Work item:
Where the material below has a line containing "#95=ORIENTED_EDGE('',*,*,#27,.T.);", start repeating exactly, and keep going through the line containing "#110=FACE_BOUND('',#109,.T.);", with no other lines.
:: Data provided ::
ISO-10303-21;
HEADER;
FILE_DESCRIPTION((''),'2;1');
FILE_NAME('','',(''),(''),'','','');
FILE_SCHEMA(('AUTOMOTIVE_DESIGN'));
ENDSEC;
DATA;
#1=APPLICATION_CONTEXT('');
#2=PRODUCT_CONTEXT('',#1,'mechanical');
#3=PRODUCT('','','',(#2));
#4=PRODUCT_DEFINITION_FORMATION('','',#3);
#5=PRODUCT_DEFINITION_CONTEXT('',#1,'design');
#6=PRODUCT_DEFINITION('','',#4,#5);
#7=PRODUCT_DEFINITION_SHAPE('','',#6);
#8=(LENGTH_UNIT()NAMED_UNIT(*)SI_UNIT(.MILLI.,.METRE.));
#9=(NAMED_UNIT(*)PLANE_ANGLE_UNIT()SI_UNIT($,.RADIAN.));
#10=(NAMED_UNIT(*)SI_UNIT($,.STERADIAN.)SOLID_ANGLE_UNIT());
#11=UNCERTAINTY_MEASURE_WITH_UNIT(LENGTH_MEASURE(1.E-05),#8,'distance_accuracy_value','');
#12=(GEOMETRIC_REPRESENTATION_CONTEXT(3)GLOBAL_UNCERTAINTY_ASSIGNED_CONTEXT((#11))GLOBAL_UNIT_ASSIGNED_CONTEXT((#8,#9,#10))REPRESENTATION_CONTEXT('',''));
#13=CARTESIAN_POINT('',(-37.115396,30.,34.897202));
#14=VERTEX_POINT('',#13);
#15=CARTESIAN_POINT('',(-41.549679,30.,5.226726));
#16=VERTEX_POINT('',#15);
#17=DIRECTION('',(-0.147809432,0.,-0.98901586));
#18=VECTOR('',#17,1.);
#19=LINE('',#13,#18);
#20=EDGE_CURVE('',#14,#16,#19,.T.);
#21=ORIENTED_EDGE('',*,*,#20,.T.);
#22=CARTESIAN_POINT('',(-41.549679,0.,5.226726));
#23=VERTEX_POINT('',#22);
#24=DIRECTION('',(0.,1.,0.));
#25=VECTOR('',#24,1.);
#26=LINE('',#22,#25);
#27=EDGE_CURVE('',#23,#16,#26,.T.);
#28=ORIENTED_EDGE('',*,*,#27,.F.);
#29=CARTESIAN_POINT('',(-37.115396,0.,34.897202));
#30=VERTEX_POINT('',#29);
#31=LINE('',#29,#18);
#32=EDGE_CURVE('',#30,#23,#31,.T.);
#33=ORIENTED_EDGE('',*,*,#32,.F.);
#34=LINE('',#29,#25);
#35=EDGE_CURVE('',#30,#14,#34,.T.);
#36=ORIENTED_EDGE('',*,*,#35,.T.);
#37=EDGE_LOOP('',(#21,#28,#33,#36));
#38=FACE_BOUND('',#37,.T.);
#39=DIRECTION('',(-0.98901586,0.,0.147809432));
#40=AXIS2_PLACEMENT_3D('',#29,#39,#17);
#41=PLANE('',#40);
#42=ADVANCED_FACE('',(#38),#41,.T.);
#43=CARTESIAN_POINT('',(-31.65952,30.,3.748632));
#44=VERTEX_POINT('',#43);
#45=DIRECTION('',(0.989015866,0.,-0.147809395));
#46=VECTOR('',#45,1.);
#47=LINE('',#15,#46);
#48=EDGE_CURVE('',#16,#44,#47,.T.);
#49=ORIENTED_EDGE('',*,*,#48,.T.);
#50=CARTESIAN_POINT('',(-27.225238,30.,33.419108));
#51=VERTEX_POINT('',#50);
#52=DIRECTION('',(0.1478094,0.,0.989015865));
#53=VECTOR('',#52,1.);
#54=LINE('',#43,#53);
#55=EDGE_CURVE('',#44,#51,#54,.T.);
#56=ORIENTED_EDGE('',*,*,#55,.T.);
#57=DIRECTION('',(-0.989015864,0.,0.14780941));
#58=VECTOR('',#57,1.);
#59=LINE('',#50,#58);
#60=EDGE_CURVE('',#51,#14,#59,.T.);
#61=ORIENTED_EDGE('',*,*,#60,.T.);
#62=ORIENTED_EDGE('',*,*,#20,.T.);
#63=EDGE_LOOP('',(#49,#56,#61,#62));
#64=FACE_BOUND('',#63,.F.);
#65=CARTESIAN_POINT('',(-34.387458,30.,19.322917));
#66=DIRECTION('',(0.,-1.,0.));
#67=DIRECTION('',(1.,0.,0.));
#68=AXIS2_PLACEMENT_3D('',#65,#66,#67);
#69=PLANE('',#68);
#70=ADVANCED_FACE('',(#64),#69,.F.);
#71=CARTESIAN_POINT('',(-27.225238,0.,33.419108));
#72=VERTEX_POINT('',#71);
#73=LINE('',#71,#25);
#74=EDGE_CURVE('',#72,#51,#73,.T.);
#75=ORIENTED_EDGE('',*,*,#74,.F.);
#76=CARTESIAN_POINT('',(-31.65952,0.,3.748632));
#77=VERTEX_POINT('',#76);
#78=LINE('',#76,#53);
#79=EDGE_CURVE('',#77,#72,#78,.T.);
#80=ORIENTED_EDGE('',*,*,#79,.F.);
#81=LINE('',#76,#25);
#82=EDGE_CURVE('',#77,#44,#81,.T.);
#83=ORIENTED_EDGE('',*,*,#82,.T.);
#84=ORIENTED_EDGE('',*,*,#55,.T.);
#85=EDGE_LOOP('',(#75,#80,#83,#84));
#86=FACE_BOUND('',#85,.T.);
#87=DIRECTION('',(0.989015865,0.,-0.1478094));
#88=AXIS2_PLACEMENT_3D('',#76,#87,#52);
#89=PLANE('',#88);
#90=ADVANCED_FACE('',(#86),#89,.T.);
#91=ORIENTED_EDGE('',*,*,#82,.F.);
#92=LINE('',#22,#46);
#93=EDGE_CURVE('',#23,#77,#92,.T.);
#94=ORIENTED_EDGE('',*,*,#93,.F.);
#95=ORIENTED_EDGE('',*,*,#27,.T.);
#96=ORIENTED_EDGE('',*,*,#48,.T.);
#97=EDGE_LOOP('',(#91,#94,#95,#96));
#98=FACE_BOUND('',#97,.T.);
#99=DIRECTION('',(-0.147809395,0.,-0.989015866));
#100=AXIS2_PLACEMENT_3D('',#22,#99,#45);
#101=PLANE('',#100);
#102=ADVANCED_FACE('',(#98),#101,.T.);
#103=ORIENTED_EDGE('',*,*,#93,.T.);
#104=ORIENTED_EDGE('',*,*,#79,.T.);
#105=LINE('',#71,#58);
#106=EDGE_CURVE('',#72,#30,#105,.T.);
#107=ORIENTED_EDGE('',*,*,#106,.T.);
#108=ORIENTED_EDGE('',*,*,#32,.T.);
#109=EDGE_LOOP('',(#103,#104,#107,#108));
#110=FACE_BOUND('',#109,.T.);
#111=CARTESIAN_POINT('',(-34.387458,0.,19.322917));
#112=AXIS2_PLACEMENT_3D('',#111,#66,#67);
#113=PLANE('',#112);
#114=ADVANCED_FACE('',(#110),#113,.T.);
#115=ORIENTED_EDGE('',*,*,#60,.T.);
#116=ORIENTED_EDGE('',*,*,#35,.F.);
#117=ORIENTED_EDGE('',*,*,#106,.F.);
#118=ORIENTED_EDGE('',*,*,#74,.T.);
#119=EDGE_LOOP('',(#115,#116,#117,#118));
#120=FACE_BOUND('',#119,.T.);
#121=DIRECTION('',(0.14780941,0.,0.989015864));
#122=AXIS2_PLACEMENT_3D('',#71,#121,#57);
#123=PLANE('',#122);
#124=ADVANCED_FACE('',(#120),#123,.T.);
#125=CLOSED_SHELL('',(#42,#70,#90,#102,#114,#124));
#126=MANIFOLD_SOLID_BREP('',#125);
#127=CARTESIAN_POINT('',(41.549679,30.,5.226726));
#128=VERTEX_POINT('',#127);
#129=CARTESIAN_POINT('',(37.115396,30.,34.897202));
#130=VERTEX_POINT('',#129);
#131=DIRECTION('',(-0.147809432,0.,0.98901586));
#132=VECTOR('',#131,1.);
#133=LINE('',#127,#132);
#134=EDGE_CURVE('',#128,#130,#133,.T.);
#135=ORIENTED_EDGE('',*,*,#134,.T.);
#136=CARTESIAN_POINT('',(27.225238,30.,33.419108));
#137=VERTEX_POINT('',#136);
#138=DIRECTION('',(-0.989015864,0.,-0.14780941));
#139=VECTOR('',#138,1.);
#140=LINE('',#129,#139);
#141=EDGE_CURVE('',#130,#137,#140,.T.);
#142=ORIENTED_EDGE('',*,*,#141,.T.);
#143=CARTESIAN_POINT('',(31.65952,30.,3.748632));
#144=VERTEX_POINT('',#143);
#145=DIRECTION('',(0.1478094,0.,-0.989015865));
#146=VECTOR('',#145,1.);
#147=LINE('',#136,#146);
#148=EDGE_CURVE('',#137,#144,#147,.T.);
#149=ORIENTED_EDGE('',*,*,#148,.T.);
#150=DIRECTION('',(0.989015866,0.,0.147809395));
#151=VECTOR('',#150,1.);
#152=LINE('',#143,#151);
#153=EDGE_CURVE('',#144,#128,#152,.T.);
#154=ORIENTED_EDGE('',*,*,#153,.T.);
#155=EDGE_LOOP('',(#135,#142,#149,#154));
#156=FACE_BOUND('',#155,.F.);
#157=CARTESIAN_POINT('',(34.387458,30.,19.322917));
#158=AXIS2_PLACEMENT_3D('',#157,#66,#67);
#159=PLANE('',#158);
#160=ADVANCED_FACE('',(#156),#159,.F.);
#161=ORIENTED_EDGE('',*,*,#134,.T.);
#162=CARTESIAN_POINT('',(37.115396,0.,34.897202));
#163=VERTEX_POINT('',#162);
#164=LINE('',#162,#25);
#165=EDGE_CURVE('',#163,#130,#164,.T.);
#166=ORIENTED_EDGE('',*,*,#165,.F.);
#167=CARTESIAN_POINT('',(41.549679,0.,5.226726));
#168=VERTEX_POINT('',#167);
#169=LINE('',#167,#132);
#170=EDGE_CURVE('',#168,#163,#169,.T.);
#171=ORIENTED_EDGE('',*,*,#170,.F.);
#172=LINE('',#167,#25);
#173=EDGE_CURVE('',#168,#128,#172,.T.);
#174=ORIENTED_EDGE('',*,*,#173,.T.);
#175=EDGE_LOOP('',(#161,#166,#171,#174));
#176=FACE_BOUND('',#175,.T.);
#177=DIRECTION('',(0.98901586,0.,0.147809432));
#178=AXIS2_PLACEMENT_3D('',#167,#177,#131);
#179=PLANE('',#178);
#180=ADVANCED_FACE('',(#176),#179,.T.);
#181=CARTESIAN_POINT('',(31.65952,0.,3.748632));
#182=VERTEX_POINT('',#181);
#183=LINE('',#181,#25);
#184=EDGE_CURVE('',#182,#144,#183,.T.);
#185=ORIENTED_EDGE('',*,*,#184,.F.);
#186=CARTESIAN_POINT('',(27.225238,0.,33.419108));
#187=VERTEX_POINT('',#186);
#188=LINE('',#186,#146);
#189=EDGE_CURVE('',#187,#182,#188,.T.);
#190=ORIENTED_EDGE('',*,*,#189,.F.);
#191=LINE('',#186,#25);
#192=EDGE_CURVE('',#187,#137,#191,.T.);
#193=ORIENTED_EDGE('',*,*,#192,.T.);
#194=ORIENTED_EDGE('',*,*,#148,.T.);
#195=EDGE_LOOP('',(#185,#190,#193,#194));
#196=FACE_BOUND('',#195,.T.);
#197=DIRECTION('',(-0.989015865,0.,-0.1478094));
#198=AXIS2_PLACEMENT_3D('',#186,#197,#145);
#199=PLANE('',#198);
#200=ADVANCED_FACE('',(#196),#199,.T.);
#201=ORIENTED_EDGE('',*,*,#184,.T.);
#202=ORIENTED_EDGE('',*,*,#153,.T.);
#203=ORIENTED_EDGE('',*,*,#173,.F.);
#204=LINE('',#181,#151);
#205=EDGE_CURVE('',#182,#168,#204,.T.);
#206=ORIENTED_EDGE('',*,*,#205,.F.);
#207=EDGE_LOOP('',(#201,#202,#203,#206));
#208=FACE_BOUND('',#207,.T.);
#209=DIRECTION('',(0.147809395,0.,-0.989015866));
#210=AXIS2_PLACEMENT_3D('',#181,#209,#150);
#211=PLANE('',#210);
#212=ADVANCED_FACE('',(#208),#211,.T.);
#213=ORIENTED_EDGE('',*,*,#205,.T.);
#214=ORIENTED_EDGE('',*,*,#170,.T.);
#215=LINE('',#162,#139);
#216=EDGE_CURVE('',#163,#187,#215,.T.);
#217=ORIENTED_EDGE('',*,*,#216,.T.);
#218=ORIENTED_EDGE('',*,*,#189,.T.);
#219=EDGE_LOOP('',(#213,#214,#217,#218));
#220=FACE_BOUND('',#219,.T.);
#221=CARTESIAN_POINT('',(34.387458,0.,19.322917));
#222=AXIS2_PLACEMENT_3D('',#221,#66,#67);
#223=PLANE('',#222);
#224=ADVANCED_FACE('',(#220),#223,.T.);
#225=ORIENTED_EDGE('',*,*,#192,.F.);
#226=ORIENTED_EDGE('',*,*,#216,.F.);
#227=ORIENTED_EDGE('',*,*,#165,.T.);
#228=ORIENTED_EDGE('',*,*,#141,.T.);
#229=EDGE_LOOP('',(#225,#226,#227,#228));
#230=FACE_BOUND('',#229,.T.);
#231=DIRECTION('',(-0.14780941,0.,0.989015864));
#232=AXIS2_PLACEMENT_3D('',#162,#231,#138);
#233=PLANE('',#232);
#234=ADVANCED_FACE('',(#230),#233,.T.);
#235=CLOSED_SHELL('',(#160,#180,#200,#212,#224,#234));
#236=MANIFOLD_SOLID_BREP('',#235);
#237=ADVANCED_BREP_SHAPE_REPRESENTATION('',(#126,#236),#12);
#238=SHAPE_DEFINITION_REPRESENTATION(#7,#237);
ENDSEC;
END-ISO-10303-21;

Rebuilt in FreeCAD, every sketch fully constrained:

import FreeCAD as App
import Part
import Sketcher
from FreeCAD import Vector
Q = App.Units.Quantity

doc = App.newDocument("Part")
body = doc.addObject("PartDesign::Body", "Body")
body.AllowCompound = True

# Sketch on XZ plane
sketch1 = doc.addObject("Sketcher::SketchObject", "Sketch")
body.addObject(sketch1)
sketch1.AttachmentSupport = (doc.XZ_Plane, [""])
sketch1.MapMode = "FlatFace"
sketch1.addGeometry([
    Part.LineSegment(Vector(41.549679, 5.226726, 0), Vector(37.115396, 34.897202, 0)),  # 0
    Part.LineSegment(Vector(37.115396, 34.897202, 0), Vector(27.225238, 33.419108, 0)),  # 1
    Part.LineSegment(Vector(27.225238, 33.419108, 0), Vector(31.65952, 3.748632, 0)),  # 2
    Part.LineSegment(Vector(31.65952, 3.748632, 0), Vector(41.549679, 5.226726, 0)),  # 3
    Part.LineSegment(Vector(-27.225238, 33.419108, 0), Vector(-37.115396, 34.897202, 0)),  # 4
    Part.LineSegment(Vector(-37.115396, 34.897202, 0), Vector(-41.549679, 5.226726, 0)),  # 5
    Part.LineSegment(Vector(-41.549679, 5.226726, 0), Vector(-31.65952, 3.748632, 0)),  # 6
    Part.LineSegment(Vector(-31.65952, 3.748632, 0), Vector(-27.225238, 33.419108, 0)),  # 7
], False)
sketch1.addConstraint([
    Sketcher.Constraint("Coincident", 0, 2, 1, 1),
    Sketcher.Constraint("Coincident", 1, 2, 2, 1),
    Sketcher.Constraint("Coincident", 2, 2, 3, 1),
    Sketcher.Constraint("Coincident", 3, 2, 0, 1),
    Sketcher.Constraint("Coincident", 4, 2, 5, 1),
    Sketcher.Constraint("Coincident", 5, 2, 6, 1),
    Sketcher.Constraint("Coincident", 6, 2, 7, 1),
    Sketcher.Constraint("Coincident", 7, 2, 4, 1),
    Sketcher.Constraint("Symmetric", 0, 2, 4, 2, -2),
    Sketcher.Constraint("Symmetric", 3, 2, 5, 2, -2),
    Sketcher.Constraint("Symmetric", 2, 2, 6, 2, -2),
    Sketcher.Constraint("Symmetric", 1, 2, 7, 2, -2),
    Sketcher.Constraint("Perpendicular", 0, 1),
    Sketcher.Constraint("Perpendicular", 1, 2),
    Sketcher.Constraint("Perpendicular", 2, 3),
    Sketcher.Constraint("Distance", 0, 30.0),
    Sketcher.Constraint("Distance", 1, 9.999999),
    Sketcher.Constraint("Angle", 0, Q("98.500001 deg")),
    Sketcher.Constraint("DistanceX", 5, 2, 2, 2, 73.209199),
    Sketcher.Constraint("DistanceY", -1, 1, 0, 2, 34.897202),
])
pad1 = doc.addObject("PartDesign::Pad", "Pad")
body.addObject(pad1)
pad1.Profile = sketch1
pad1.Length = 30
pad1.Reversed = True

doc.recompute()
:::
Task result:
#95=ORIENTED_EDGE('',*,*,#27,.T.);
#96=ORIENTED_EDGE('',*,*,#48,.T.);
#97=EDGE_LOOP('',(#91,#94,#95,#96));
#98=FACE_BOUND('',#97,.T.);
#99=DIRECTION('',(-0.147809395,0.,-0.989015866));
#100=AXIS2_PLACEMENT_3D('',#22,#99,#45);
#101=PLANE('',#100);
#102=ADVANCED_FACE('',(#98),#101,.T.);
#103=ORIENTED_EDGE('',*,*,#93,.T.);
#104=ORIENTED_EDGE('',*,*,#79,.T.);
#105=LINE('',#71,#58);
#106=EDGE_CURVE('',#72,#30,#105,.T.);
#107=ORIENTED_EDGE('',*,*,#106,.T.);
#108=ORIENTED_EDGE('',*,*,#32,.T.);
#109=EDGE_LOOP('',(#103,#104,#107,#108));
#110=FACE_BOUND('',#109,.T.);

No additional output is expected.